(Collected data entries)
-- -- --
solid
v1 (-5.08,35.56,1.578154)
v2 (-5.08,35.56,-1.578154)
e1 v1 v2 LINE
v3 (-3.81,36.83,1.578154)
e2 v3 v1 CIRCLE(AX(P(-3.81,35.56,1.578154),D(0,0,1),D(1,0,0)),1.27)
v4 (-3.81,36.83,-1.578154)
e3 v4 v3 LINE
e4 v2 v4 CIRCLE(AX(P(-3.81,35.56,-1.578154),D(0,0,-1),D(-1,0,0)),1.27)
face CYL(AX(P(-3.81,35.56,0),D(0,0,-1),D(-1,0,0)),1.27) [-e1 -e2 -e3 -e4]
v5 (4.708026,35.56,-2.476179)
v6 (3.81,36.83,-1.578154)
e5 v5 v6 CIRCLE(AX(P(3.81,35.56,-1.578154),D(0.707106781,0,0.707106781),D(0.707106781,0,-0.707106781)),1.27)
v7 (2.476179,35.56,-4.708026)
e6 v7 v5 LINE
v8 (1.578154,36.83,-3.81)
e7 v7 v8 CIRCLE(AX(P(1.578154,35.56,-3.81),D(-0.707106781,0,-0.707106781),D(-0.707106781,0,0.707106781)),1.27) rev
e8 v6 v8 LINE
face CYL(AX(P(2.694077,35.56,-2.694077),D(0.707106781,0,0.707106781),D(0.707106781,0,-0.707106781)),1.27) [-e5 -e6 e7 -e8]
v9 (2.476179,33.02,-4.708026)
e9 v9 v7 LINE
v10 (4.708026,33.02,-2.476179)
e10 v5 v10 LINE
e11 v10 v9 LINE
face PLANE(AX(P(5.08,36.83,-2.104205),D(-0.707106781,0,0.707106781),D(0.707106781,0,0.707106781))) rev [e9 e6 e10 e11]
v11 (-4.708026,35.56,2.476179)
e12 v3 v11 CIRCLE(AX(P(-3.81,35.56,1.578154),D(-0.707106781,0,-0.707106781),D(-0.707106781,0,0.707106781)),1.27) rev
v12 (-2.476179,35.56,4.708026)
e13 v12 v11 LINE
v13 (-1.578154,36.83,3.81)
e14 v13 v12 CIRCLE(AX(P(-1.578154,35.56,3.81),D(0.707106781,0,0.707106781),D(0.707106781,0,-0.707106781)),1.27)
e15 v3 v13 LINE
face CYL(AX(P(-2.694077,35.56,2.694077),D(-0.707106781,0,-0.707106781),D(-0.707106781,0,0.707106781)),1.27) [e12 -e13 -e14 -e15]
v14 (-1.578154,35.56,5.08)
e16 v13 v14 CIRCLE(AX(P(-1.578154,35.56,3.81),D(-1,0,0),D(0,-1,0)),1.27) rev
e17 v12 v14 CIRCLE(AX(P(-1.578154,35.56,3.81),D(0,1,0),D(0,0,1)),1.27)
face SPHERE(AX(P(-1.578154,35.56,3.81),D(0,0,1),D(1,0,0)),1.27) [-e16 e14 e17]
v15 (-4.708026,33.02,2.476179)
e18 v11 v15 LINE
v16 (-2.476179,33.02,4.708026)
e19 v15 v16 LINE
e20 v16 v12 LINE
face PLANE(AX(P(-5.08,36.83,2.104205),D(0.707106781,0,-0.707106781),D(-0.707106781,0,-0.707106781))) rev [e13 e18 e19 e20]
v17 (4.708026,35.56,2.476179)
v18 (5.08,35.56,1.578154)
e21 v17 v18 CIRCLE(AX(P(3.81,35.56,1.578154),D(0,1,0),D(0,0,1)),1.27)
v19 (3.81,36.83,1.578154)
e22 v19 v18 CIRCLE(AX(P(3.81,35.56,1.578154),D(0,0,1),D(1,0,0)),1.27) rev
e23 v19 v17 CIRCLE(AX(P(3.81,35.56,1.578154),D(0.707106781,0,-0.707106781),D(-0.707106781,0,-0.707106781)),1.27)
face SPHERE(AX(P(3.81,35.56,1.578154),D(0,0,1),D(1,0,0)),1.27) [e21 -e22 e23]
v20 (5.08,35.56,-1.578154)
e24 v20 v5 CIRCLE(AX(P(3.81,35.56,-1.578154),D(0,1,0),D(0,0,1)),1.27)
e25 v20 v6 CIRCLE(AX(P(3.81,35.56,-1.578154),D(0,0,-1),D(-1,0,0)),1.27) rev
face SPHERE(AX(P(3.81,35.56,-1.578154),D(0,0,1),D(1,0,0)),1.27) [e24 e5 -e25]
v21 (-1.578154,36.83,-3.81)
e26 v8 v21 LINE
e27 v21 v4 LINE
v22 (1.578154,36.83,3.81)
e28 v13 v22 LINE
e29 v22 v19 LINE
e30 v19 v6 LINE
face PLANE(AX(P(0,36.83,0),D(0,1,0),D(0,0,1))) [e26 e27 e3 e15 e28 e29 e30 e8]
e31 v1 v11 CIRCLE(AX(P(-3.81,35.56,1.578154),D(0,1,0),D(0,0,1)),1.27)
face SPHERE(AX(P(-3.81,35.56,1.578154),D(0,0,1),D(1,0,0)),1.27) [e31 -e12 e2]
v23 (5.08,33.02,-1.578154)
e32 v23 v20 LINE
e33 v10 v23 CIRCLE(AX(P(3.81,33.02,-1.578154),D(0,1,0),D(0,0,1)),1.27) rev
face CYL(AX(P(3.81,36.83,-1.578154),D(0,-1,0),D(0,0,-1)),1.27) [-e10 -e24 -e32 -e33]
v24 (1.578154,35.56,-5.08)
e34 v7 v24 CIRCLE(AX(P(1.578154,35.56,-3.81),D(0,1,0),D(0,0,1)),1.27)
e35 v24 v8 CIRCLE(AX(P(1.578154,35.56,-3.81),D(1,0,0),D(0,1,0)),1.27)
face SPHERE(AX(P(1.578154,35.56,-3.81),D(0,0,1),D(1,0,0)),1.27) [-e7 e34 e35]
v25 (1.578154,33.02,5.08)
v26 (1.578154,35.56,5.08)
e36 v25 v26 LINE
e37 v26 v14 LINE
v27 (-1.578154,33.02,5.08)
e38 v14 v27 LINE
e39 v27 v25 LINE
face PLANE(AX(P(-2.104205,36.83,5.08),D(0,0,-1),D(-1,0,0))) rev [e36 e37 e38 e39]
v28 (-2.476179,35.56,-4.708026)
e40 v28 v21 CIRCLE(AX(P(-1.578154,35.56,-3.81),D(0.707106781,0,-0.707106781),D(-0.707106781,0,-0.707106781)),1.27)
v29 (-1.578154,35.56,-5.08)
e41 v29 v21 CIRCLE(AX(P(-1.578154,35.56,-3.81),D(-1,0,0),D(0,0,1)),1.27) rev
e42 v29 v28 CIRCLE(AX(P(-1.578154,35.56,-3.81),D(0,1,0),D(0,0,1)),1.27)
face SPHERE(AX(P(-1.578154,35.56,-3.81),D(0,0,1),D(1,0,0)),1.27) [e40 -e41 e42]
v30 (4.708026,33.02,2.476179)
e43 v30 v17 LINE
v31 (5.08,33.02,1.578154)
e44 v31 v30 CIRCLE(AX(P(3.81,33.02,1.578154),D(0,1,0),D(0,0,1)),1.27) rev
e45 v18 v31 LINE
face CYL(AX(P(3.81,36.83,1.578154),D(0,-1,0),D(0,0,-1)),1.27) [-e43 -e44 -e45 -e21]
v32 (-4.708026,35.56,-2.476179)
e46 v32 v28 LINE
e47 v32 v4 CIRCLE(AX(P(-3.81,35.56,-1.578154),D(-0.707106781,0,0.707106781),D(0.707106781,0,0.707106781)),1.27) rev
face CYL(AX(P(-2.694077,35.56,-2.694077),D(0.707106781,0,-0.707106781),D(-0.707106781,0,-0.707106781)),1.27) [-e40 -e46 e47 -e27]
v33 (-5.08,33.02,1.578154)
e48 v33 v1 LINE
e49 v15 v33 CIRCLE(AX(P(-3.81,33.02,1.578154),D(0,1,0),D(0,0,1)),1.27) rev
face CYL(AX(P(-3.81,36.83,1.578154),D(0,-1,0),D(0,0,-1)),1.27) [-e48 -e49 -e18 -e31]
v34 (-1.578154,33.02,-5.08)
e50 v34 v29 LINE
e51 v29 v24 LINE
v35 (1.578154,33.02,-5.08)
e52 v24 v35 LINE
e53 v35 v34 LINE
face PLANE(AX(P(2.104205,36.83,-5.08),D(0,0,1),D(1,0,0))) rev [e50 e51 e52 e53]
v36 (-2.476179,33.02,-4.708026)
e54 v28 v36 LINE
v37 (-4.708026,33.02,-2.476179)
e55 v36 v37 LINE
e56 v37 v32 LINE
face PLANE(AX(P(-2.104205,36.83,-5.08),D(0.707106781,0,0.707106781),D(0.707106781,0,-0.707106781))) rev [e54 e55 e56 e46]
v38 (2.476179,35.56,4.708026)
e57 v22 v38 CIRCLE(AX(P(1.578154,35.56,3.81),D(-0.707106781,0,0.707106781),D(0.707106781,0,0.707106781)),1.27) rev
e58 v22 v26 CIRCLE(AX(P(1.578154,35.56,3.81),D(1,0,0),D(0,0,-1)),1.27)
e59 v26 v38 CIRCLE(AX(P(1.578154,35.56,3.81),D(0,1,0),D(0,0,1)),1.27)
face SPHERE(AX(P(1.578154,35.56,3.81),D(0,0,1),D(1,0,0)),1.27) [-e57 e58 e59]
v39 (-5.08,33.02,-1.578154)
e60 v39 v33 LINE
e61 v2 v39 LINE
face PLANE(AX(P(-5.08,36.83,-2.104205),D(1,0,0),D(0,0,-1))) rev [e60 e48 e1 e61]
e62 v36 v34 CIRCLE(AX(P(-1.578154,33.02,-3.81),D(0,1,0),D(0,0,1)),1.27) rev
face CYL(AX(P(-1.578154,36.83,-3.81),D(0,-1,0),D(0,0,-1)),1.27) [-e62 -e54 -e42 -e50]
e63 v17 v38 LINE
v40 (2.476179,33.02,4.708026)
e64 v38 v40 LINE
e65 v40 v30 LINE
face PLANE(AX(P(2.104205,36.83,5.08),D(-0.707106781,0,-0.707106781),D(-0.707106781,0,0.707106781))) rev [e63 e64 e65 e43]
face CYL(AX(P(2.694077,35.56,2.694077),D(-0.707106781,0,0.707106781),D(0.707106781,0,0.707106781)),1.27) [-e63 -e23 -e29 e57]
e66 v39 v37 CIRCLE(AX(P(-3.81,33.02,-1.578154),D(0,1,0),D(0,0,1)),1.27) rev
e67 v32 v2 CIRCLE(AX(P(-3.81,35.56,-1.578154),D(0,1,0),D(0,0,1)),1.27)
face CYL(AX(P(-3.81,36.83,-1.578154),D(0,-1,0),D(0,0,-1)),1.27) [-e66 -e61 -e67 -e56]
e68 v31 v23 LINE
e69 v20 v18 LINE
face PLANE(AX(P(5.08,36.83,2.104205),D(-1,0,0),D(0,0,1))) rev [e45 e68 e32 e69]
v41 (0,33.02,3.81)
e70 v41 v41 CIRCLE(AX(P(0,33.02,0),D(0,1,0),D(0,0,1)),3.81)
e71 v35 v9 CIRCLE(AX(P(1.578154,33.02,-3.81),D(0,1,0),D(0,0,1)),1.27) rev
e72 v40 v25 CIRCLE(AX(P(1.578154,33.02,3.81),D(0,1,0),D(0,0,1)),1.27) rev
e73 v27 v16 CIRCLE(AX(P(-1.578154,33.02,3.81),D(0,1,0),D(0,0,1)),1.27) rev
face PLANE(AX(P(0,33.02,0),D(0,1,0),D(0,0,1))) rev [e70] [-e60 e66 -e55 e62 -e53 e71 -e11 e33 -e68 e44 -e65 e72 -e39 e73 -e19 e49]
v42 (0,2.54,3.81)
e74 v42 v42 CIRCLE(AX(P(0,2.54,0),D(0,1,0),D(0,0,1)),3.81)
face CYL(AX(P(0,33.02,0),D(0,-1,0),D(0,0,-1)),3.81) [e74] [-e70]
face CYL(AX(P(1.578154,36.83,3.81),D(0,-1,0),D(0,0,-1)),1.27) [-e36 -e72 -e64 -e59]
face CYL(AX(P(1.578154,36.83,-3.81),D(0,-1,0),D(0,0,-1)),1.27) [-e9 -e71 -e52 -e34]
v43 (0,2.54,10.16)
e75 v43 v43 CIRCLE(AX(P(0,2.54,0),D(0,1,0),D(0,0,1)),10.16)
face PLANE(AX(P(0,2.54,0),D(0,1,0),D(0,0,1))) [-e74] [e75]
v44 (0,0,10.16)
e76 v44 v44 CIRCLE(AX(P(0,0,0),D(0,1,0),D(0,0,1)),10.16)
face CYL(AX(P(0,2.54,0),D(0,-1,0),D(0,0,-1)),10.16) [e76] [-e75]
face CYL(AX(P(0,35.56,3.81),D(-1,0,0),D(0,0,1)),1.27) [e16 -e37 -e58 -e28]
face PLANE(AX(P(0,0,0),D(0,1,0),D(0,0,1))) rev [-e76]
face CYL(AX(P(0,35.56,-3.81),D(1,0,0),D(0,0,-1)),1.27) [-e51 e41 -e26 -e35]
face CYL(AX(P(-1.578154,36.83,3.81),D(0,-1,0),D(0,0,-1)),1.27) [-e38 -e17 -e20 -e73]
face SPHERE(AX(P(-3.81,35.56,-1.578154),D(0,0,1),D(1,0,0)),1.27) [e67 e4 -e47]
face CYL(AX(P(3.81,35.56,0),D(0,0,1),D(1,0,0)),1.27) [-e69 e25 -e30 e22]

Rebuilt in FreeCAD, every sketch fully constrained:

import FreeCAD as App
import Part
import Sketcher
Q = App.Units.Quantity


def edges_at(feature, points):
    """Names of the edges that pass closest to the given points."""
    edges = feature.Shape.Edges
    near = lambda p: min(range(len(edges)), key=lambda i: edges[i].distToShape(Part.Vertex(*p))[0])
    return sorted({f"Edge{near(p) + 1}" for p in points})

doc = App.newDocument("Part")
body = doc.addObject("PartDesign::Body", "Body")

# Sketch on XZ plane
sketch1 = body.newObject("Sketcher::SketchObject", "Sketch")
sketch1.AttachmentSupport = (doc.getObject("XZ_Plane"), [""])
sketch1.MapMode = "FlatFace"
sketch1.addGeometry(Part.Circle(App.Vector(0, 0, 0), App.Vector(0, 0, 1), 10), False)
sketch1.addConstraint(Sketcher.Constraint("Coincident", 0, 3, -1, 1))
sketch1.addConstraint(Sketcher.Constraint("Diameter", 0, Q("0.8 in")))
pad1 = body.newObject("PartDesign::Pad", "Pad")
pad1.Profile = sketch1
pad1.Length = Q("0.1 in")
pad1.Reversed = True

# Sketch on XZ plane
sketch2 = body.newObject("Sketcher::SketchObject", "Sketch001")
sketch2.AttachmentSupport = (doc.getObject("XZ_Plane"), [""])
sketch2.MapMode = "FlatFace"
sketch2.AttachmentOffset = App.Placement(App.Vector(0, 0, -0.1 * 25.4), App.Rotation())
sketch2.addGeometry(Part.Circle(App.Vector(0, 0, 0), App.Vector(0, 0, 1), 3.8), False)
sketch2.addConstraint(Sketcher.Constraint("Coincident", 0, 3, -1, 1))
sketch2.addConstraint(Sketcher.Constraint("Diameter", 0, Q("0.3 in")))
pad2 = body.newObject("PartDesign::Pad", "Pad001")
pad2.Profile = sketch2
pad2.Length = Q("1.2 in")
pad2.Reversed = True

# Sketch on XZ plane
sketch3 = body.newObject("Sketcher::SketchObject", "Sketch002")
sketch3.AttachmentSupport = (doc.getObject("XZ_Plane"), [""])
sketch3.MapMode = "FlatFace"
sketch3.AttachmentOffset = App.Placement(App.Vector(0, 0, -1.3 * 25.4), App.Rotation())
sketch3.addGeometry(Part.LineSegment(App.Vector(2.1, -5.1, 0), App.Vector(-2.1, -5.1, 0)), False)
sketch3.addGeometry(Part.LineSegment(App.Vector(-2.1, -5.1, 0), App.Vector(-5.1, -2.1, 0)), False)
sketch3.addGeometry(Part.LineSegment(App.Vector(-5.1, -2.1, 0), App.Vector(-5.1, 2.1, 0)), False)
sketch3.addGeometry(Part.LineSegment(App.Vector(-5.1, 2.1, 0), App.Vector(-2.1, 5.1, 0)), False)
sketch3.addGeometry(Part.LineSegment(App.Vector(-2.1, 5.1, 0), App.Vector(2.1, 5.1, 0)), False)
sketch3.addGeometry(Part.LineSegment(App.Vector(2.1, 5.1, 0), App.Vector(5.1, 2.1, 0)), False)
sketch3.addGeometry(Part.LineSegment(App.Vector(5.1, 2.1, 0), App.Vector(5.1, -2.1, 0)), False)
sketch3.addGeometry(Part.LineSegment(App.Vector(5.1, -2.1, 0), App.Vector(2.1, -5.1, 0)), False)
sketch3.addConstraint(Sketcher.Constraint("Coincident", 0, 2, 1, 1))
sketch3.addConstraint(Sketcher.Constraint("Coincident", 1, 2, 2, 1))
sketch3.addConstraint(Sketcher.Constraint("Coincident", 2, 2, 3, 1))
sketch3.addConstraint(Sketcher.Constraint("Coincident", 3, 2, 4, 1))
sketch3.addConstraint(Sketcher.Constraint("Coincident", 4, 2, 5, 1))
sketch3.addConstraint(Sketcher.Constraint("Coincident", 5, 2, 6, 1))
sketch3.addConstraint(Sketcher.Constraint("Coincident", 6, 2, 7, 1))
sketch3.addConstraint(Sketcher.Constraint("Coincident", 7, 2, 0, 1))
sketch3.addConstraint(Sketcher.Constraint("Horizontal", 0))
-- -- --
§ WORK TASK: Take the lines above from the one containing "v43 (0,2.54,10.16)" to the one containing "Rebuilt in FreeCAD, every" and retype them exactly, both ends included, with nothing added.

§ TASK RESULT:
v43 (0,2.54,10.16)
e75 v43 v43 CIRCLE(AX(P(0,2.54,0),D(0,1,0),D(0,0,1)),10.16)
face PLANE(AX(P(0,2.54,0),D(0,1,0),D(0,0,1))) [-e74] [e75]
v44 (0,0,10.16)
e76 v44 v44 CIRCLE(AX(P(0,0,0),D(0,1,0),D(0,0,1)),10.16)
face CYL(AX(P(0,2.54,0),D(0,-1,0),D(0,0,-1)),10.16) [e76] [-e75]
face CYL(AX(P(0,35.56,3.81),D(-1,0,0),D(0,0,1)),1.27) [e16 -e37 -e58 -e28]
face PLANE(AX(P(0,0,0),D(0,1,0),D(0,0,1))) rev [-e76]
face CYL(AX(P(0,35.56,-3.81),D(1,0,0),D(0,0,-1)),1.27) [-e51 e41 -e26 -e35]
face CYL(AX(P(-1.578154,36.83,3.81),D(0,-1,0),D(0,0,-1)),1.27) [-e38 -e17 -e20 -e73]
face SPHERE(AX(P(-3.81,35.56,-1.578154),D(0,0,1),D(1,0,0)),1.27) [e67 e4 -e47]
face CYL(AX(P(3.81,35.56,0),D(0,0,1),D(1,0,0)),1.27) [-e69 e25 -e30 e22]

Rebuilt in FreeCAD, every sketch fully constrained:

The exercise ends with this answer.